Find the word "CIRCLE" in the data, then copy each line where it is found.
------ DATASET ENTRIES ------
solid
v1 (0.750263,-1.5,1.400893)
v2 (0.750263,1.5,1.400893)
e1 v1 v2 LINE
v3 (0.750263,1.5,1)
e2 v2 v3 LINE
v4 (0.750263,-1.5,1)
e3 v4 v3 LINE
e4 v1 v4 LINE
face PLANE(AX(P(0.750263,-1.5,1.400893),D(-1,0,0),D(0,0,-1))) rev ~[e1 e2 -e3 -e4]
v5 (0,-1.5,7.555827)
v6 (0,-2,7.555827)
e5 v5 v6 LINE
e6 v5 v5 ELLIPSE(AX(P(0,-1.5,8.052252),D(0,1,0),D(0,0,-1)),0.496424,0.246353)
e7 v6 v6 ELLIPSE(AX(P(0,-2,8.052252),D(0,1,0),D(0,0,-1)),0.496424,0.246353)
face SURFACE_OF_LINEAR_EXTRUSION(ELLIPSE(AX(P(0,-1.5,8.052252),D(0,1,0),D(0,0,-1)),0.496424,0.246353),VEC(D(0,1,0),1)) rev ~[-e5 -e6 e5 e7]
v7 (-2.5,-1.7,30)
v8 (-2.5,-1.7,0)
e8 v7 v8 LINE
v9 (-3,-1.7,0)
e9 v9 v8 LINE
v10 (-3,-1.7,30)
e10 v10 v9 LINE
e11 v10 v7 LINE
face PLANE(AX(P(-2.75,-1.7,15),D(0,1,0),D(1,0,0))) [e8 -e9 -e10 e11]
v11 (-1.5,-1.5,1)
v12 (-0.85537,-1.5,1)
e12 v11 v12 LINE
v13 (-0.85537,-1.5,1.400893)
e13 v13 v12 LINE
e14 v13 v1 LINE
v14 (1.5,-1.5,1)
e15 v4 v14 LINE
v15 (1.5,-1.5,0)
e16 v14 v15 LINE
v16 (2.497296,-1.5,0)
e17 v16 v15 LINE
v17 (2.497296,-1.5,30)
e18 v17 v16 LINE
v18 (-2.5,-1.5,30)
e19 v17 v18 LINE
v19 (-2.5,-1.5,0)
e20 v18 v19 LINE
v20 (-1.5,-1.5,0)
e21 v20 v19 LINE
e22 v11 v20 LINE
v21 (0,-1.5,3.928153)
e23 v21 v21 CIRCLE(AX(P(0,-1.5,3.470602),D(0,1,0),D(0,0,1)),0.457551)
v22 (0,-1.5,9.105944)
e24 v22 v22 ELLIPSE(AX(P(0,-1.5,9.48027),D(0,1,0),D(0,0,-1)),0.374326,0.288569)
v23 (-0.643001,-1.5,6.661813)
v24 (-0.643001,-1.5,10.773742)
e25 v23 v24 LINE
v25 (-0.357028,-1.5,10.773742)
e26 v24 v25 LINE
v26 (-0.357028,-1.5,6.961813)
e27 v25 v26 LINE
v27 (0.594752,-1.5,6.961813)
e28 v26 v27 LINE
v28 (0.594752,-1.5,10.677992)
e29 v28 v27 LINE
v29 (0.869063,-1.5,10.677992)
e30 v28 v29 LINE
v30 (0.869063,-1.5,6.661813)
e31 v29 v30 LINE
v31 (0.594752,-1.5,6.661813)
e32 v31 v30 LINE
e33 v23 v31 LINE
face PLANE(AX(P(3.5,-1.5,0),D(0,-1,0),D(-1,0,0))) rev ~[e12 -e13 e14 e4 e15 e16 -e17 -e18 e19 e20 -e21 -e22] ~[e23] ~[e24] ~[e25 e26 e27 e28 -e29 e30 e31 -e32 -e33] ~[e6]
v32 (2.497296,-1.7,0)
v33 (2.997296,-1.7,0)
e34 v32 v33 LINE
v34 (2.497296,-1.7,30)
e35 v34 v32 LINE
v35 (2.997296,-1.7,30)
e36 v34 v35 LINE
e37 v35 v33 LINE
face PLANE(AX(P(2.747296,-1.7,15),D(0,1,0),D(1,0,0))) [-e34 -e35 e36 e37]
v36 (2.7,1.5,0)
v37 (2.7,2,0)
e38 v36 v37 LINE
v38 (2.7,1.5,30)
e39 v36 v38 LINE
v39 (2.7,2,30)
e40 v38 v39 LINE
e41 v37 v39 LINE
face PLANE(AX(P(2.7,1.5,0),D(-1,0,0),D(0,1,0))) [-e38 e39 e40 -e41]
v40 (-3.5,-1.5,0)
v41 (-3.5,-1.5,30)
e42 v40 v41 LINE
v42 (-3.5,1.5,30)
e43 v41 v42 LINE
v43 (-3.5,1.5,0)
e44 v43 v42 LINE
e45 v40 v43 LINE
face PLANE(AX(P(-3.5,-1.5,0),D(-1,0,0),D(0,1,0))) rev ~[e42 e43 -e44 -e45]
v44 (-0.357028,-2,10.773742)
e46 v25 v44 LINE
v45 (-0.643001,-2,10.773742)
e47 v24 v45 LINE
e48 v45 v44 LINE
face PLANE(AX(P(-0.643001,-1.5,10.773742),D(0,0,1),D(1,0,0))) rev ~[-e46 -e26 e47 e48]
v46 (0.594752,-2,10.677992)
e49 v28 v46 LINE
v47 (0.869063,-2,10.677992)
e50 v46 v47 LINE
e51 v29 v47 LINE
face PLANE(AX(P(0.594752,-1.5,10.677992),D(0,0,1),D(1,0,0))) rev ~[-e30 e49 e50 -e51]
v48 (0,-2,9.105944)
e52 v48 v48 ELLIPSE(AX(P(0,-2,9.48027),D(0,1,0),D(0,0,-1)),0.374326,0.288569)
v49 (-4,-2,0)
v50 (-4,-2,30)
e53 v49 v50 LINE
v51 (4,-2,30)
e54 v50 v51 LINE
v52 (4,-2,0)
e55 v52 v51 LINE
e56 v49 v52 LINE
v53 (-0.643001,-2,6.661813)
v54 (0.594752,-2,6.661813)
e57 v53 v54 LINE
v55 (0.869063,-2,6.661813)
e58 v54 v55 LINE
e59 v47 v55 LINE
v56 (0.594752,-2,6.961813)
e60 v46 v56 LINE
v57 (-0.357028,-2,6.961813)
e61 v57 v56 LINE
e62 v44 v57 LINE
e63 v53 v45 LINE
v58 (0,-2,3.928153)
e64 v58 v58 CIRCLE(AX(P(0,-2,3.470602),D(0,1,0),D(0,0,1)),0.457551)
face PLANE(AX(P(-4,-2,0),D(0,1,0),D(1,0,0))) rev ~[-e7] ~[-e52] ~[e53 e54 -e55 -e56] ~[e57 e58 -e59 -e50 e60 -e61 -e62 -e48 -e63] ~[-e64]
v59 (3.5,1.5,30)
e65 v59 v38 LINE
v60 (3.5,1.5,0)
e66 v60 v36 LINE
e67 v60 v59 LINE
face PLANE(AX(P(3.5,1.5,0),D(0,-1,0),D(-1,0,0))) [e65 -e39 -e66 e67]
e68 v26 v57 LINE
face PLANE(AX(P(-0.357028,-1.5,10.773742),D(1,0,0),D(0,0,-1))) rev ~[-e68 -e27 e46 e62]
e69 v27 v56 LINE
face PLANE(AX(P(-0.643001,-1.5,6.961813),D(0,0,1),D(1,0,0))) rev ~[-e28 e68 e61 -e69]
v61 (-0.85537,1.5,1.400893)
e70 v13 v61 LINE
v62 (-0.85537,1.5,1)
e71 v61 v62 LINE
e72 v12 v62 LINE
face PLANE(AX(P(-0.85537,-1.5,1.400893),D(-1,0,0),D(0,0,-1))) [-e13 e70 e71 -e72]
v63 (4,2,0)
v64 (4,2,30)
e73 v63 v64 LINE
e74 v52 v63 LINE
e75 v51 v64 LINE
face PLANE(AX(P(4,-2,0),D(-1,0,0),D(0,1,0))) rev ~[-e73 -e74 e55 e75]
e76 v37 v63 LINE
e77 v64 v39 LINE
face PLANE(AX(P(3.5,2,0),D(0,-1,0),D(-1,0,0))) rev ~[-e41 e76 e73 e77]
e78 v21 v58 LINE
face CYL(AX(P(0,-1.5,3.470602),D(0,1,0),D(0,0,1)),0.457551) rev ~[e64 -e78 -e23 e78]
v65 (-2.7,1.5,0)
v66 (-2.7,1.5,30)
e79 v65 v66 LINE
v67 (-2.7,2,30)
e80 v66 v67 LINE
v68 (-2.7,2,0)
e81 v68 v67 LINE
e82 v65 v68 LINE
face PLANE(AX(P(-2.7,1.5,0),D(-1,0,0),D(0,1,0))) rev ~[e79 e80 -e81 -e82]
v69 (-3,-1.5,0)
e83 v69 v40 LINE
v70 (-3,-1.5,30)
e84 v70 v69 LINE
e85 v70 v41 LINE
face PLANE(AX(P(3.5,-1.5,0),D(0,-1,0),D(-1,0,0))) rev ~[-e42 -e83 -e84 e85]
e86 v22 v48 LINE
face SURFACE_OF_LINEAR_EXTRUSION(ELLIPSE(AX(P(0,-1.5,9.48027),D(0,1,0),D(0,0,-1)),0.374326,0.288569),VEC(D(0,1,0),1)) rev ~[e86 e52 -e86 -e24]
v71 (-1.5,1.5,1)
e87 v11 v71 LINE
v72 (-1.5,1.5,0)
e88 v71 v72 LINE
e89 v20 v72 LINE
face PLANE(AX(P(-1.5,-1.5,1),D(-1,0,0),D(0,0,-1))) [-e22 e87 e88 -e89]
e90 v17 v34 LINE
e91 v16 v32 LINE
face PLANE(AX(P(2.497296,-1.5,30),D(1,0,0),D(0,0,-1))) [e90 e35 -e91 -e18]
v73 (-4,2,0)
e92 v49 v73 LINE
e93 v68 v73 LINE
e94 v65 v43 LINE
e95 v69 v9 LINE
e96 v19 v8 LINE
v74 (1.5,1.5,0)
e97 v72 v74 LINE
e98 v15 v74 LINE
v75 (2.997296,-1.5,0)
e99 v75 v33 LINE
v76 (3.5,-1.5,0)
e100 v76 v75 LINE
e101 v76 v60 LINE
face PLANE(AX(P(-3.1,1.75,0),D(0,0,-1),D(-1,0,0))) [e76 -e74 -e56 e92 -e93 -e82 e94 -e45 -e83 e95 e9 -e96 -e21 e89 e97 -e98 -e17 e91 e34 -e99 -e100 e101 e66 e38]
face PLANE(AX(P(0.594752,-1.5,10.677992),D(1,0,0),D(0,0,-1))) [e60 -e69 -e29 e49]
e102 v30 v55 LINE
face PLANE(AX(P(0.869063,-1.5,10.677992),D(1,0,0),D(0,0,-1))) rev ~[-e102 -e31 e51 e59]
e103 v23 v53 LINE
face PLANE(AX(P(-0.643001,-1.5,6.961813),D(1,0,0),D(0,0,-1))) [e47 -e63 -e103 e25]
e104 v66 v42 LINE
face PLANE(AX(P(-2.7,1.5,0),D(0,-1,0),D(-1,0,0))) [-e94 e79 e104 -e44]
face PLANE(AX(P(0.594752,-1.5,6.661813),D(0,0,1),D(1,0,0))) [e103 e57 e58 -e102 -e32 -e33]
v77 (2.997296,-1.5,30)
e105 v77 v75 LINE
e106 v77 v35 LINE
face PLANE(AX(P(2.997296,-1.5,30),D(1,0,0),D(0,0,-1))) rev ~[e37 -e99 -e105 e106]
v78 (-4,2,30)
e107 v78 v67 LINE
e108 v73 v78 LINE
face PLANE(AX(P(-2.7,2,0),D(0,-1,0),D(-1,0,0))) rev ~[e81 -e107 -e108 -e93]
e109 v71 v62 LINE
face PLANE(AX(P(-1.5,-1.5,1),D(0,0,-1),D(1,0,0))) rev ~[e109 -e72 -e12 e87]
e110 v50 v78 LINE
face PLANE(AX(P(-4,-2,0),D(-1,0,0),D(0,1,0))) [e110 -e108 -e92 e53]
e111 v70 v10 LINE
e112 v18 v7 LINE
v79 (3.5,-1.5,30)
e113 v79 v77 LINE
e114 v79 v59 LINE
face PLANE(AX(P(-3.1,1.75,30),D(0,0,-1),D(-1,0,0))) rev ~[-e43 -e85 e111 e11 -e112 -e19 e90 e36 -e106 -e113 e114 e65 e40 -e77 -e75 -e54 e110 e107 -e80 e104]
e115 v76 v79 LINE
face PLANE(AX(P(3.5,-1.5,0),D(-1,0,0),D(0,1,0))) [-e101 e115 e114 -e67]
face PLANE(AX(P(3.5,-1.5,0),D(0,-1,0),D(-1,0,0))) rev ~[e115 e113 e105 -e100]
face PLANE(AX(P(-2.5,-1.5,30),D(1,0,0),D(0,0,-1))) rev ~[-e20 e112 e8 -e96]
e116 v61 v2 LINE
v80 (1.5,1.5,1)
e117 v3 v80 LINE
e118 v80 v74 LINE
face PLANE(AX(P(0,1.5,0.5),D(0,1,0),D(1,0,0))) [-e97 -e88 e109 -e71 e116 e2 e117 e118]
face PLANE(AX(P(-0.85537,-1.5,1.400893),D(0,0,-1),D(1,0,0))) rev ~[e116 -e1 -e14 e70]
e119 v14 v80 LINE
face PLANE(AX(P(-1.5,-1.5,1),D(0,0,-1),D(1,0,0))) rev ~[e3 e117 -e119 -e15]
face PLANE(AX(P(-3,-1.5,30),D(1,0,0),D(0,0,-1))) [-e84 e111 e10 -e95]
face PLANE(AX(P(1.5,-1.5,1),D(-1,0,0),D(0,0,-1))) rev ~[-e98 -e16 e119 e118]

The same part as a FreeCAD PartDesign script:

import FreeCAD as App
import Part
import Sketcher
from FreeCAD import Vector
Q = App.Units.Quantity


def add_polygon(sketch, points):
    """Adds a closed chain of lines whose ends are joined by coincident constraints."""
    first, n = sketch.GeometryCount, len(points)
    for a, b in zip(points, points[1:] + points[:1]):
        sketch.addGeometry(Part.LineSegment(App.Vector(*a, 0), App.Vector(*b, 0)), False)
    for i in range(n):
        sketch.addConstraint(Sketcher.Constraint("Coincident", first + i, 2, first + (i + 1) % n, 1))

doc = App.newDocument("Part")
params = doc.addObject("Spreadsheet::Sheet", "Params")
for row, (alias, value) in enumerate([
    ("sketch1_width", "8 mm"),
    ("sketch1_height", "4 mm"),
    ("pad1_length", "30 mm"),
    ("sketch2_width", "7 mm"),
    ("sketch2_height", "3.5 mm"),
    ("pocket1_length", "30 mm"),
    ("sketch3_width", "3 mm"),
    ("sketch3_height", "1 mm"),
    ("pad2_length", "3 mm"),
    ("pad3_length", "3 mm"),
    ("sketch5_height", "30 mm"),
    ("sketch5_width", "0.5 mm"),
    ("pocket2_length", "0.2 mm"),
    ("sketch6_height", "30 mm"),
    ("sketch6_width", "0.5 mm"),
    ("pocket3_length", "0.2 mm"),
    ("pocket4_length", "0.5 mm"),
    ("pocket5_length", "0.5 mm"),
    ("pocket6_length", "0.5 mm"),
    ("pocket7_length", "0.5 mm"),
    ("sketch11_height", "0.3 mm"),
    ("pocket8_length", "0.5 mm"),
    ("pocket9_length", "0.5 mm"),
    ("sketch13_width", "0.8 mm"),
    ("sketch13_height", "0.5 mm"),
    ("pad4_length", "30 mm"),
    ("sketch14_width", "0.8 mm"),
    ("sketch14_height", "0.5 mm"),
    ("pad5_length", "30 mm"),
], start=1):
    params.set(f"A{row}", alias)
    params.set(f"B{row}", "=" + value)
    params.setAlias(f"B{row}", alias)

body = doc.addObject("PartDesign::Body", "Body")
------
### OUTPUT BELOW
e23 v21 v21 CIRCLE(AX(P(0,-1.5,3.470602),D(0,1,0),D(0,0,1)),0.457551)
e64 v58 v58 CIRCLE(AX(P(0,-2,3.470602),D(0,1,0),D(0,0,1)),0.457551)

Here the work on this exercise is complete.